Selon le patriarche, plus de 150 fidèles et 3 prêtres assistaient à la messe du dimanche soir lorsque les terroristes ont fait irruption, tirant dans la foule et prenant par la suite des dizaines de personnes en otages. Quatre heures plus tard, les forces de l'ordre irakiennes ont tenté une opération de sauvetage. Lorsque les fusils se sont tus, des dizaines de morts et de blessés jonchaient le sol du lieu de culte.

Deux des célébrants ont péri alors que le vicaire est aux soins intensifs. Au moins 42 croyants - la majorité des femmes et des enfants - ont aussi été tués. «C'est un des pires attentats terroristes jamais perpétrés contre les chrétiens en Irak», s'est désolé hier le chef religieux qui porte aussi le nom de patriarche d'Antioche des Syriens.

Le carnage a été revendiqué par une organisation liée à Al-Qaïda, l'État islamique d'Irak, qui, dans un communiqué, menaçait d'exterminer tous les chrétiens d'Irak si les «femmes musulmanes ne sont pas libérées».

Sécurité demandée

En visite à Laval, où l'on retrouve deux paroisses catholiques syriaques, Ignace Joseph III Younan n'a pas parlé aux survivants de la tragédie d'hier, mais a demandé à un prêtre de la paroisse voisine de se rendre sur les lieux. «Il m'a dit, je vous parle de l'église, il n'y a que des cadavres, je me baigne dans le sang», relatait l'homme de religion hier.

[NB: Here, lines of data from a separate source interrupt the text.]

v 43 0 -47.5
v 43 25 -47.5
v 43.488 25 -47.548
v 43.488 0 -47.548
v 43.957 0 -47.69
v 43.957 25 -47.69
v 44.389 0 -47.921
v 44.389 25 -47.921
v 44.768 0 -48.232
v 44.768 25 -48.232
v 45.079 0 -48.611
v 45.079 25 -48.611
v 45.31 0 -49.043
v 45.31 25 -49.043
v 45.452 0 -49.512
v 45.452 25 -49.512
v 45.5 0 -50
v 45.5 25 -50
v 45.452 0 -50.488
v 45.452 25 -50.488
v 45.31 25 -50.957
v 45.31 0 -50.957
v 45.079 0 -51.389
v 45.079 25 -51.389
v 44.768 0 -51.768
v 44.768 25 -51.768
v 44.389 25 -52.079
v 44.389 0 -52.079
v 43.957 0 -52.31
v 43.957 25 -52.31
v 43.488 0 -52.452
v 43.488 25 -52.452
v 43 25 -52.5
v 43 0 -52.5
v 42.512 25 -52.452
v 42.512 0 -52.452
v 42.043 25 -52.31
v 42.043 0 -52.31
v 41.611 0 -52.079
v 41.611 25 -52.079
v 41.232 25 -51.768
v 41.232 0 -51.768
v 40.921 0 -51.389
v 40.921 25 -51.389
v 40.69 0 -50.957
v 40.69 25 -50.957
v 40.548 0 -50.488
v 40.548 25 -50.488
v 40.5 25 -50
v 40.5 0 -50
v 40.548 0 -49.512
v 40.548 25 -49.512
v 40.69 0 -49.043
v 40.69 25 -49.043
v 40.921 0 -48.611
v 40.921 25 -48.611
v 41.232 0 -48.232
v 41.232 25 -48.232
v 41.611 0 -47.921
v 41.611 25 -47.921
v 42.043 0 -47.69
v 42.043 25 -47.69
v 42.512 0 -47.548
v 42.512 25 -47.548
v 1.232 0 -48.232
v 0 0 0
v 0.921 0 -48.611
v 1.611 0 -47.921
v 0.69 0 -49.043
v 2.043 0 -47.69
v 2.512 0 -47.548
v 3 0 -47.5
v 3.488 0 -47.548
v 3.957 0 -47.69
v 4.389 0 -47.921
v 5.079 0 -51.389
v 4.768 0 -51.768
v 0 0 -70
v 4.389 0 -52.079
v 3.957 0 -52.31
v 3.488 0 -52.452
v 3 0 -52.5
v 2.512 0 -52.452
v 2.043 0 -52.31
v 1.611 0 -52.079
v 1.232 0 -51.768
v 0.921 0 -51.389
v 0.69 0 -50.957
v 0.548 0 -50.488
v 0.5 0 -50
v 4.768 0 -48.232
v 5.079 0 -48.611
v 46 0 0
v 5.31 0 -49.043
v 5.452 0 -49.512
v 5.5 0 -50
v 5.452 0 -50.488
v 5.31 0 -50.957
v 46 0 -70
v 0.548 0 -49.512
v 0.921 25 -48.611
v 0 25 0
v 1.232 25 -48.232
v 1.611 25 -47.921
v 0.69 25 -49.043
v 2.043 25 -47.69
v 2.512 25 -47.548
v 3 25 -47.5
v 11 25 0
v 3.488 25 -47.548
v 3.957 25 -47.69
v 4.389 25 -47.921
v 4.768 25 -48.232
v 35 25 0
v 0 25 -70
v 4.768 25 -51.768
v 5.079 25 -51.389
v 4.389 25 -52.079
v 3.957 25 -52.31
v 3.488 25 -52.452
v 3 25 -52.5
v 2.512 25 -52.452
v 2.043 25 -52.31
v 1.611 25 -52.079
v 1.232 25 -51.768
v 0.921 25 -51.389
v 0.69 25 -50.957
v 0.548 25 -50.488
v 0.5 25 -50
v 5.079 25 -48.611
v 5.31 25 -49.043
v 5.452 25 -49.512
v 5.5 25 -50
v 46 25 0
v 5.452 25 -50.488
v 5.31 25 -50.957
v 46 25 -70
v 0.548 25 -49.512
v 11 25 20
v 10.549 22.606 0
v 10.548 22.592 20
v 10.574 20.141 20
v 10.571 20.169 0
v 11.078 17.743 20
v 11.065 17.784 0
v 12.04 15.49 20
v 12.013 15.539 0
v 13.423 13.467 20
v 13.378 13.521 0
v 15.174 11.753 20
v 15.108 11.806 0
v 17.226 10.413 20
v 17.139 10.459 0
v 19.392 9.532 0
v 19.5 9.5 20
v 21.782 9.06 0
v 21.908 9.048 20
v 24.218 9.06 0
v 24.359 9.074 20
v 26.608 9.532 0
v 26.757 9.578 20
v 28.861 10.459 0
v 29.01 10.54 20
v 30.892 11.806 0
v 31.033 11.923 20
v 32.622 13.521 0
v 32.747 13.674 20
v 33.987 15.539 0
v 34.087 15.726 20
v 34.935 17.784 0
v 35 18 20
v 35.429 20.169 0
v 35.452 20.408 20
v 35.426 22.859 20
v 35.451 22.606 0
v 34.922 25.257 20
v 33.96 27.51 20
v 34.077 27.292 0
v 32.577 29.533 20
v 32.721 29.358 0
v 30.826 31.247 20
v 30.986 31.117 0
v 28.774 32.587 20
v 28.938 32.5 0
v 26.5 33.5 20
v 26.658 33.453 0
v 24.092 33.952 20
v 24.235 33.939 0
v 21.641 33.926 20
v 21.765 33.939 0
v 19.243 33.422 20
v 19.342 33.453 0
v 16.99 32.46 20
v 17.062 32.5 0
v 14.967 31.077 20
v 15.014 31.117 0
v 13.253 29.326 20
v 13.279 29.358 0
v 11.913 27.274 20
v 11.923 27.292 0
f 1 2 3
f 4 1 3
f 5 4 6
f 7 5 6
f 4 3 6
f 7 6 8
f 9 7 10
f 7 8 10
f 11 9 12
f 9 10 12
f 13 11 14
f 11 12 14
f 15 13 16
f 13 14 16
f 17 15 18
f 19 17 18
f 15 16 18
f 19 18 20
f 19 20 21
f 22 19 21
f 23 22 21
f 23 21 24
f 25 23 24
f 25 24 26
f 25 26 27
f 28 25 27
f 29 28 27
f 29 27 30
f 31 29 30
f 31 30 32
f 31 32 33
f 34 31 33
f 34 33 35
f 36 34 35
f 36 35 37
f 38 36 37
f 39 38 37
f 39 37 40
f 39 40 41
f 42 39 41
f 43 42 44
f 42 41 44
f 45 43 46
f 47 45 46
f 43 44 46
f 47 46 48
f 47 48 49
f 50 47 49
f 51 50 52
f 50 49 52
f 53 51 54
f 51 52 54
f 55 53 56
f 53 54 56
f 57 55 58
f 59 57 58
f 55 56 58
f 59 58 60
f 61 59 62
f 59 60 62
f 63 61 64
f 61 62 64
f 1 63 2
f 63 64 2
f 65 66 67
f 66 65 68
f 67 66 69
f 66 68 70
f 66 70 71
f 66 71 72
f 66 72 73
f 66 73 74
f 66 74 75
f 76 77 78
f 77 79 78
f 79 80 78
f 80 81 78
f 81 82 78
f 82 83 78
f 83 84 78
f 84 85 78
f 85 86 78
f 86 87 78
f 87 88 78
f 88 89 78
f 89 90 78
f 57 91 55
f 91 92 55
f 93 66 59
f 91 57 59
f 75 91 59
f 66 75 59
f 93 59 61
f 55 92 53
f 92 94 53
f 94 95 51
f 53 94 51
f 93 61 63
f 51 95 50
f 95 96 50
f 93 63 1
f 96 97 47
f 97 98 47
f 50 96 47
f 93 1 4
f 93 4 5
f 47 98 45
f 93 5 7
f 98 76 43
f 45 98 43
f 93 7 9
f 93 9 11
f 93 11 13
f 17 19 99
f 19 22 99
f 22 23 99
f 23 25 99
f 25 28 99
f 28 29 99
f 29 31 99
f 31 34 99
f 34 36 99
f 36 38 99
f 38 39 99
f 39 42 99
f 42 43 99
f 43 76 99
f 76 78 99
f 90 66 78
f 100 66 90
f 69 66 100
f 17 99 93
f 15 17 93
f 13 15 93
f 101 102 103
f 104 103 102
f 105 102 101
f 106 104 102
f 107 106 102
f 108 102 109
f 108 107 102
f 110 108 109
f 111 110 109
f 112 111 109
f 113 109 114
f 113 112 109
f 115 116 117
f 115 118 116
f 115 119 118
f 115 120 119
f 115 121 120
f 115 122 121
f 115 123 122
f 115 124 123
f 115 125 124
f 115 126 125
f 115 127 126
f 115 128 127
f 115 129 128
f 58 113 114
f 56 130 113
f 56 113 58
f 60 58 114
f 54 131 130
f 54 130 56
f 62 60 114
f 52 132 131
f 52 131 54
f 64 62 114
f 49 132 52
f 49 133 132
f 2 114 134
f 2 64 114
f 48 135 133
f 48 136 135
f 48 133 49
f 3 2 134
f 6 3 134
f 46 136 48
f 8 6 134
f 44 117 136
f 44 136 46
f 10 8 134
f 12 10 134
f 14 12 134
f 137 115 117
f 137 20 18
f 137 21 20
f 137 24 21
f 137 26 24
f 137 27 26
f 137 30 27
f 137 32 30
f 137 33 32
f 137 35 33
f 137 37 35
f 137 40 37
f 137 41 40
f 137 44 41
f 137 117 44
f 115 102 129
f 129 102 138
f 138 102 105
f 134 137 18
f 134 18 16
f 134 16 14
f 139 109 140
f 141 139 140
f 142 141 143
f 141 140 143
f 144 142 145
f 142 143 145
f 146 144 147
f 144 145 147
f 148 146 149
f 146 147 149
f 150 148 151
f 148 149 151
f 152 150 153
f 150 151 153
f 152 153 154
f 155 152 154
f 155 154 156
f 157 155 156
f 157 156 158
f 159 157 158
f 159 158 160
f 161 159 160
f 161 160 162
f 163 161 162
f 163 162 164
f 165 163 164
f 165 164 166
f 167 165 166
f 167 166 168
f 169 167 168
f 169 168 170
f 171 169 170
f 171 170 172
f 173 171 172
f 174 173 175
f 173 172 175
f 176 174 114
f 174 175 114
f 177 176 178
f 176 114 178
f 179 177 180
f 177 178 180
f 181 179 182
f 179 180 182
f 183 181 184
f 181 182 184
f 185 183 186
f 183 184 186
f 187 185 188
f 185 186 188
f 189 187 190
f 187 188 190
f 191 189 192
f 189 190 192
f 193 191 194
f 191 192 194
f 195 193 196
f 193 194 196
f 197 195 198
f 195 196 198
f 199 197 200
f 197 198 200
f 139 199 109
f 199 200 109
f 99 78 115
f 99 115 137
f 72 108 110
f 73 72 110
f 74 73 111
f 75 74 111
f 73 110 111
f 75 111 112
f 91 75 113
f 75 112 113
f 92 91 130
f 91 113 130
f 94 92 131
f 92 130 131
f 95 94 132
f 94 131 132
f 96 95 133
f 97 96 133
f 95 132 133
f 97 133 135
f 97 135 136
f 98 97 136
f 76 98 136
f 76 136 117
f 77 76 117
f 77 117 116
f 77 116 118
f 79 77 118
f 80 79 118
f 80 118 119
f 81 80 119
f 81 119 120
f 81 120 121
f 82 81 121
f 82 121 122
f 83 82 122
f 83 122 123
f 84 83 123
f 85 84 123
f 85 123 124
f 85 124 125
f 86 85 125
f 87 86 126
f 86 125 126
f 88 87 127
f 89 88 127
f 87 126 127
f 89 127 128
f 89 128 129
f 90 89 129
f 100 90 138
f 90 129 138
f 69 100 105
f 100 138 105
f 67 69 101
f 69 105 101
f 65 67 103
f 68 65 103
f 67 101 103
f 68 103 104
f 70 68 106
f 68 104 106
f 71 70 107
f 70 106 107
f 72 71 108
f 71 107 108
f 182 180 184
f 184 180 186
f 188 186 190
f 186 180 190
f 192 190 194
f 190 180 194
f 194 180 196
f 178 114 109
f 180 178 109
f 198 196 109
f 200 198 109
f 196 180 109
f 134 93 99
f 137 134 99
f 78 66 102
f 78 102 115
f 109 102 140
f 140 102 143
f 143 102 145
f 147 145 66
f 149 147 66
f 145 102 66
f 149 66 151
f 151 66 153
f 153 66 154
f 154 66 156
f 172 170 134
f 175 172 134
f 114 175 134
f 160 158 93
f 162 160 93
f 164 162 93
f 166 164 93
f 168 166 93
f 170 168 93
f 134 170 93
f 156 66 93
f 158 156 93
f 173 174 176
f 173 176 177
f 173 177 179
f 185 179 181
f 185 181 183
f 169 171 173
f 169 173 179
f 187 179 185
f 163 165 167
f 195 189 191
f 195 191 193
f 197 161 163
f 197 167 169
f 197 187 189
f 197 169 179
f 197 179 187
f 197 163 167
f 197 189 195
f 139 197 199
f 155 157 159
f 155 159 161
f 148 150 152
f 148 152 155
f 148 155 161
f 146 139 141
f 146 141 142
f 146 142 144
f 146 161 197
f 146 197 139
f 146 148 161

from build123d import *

# Parameters (mm, degrees)
SKETCH1_W           = 46
SKETCH1_H           = 70
BOSS_EXTRUDE1_DEPTH = 25
SKETCH2_R           = 12.5
BOSS_EXTRUDE2_DEPTH = 20
CUT_EXTRUDE1_REACH  = 89.413
SKETCH3_R           = 2.5


with BuildPart() as part:
    # Sketch1 → Boss-Extrude1 (new body)
    with BuildSketch(Plane(origin=(0, 0, 0), x_dir=(1, 0, 0), z_dir=(0, 1, 0))):
        with Locations((23, 35)):
            Rectangle(SKETCH1_W, SKETCH1_H)
    extrude(amount=BOSS_EXTRUDE1_DEPTH)

    # Sketch2 → Boss-Extrude2 (add)
    with BuildSketch(Plane.XY):
        with Locations(Location((23, 21.5, 0), (0, 0, 163.739795292))):
            Circle(SKETCH2_R)
    extrude(amount=BOSS_EXTRUDE2_DEPTH)

    # Sketch3 → Cut-Extrude1 (cut, up to next)
    with BuildSketch(Plane(origin=(0, 25, 0), x_dir=(1, 0, 0), z_dir=(0, 1, 0)), mode=Mode.PRIVATE) as cut_extrude1_sk1:
        with Locations(Location((3, 50, 0), (0, 0, 270))):
            Circle(SKETCH3_R)
    cut_extrude1_tool1 = extrude(cut_extrude1_sk1.sketch, amount=-CUT_EXTRUDE1_REACH, mode=Mode.PRIVATE) & part.part
    # Sketch3 → Cut-Extrude1 (cut, up to next)
    with BuildSketch(Plane(origin=(0, 25, 0), x_dir=(1, 0, 0), z_dir=(0, 1, 0)), mode=Mode.PRIVATE) as cut_extrude1_sk2:
        with Locations(Location((43, 50, 0), (0, 0, 270))):
            Circle(SKETCH3_R)
    cut_extrude1_tool2 = extrude(cut_extrude1_sk2.sketch, amount=-CUT_EXTRUDE1_REACH, mode=Mode.PRIVATE) & part.part
    add(cut_extrude1_tool1.solids().sort_by_distance((3, 25, -50))[0], mode=Mode.SUBTRACT)
    add(cut_extrude1_tool2.solids().sort_by_distance((43, 25, -50))[0], mode=Mode.SUBTRACT)


solid = part.part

Se retenant de juger l'opération de sauvetage menée par les forces de l'ordre irakienne, le leader religieux a cependant critiqué le manque de sécurité dans les lieux de culte chrétiens en Irak. «Il ne reste plus qu'une cinquantaine de lieux chrétiens à Bagdad. On veut que le gouvernement protège ces lieux et pas seulement avec deux ou trois gardes. Ça doit être une surveillance 24 heures sur 24. Les gens qui nous attaquent ne réfléchissent plus», a-t-il noté hier, promettant de porter sa demande au premier ministre irakien, Nouri Al-Maliki.

Hémorragie constante

Le patriarche craint cependant que ce nouvel attentat ne soit la goutte qui fasse déborder le vase pour ses fidèles et les autres chrétiens d'Irak. Depuis le début de l'invasion américaine en 2003, la population chrétienne a diminué de 800 000 à moins de 500 000 âmes. Des 46 000 catholiques syriaques de Bagdad, il reste moins de la moitié de la communauté originale.

«Je les ai visités il y a un an. Ils m'ont demandé pourquoi ils devaient rester en Irak. Il n'y a rien qui les y encourage. Ils se sentent abandonnés, ils n'ont pas d'assurance qu'ils sont acceptés, il n'y a pas de gouvernement fort et pas de sécurité. Je leur avais dit que je ne pouvais pas les obliger à rester, mais je leur ai rappelé que Dieu nous a voulus en Irak. Je leur ai dit que leur sort allait s'améliorer, raconte le patriarche, avec une pointe de tristesse dans la voix. Aujourd'hui, je ne redirais pas la même chose».

Condamné dimanche par le pape Benoît XVI, l'attentat a été dénoncé dans plusieurs capitales du monde, dont Ottawa, Moscou, Paris et Amman, en Jordanie. Même le Hezbollah, parti islamiste du Sud-Liban, s'est indigné. «Jamais la région (...) n'avait été témoin d'un tel crime odieux, jusqu'à l'occupation américaine de l'Irak», a écrit le Parti de Dieu dans un communiqué.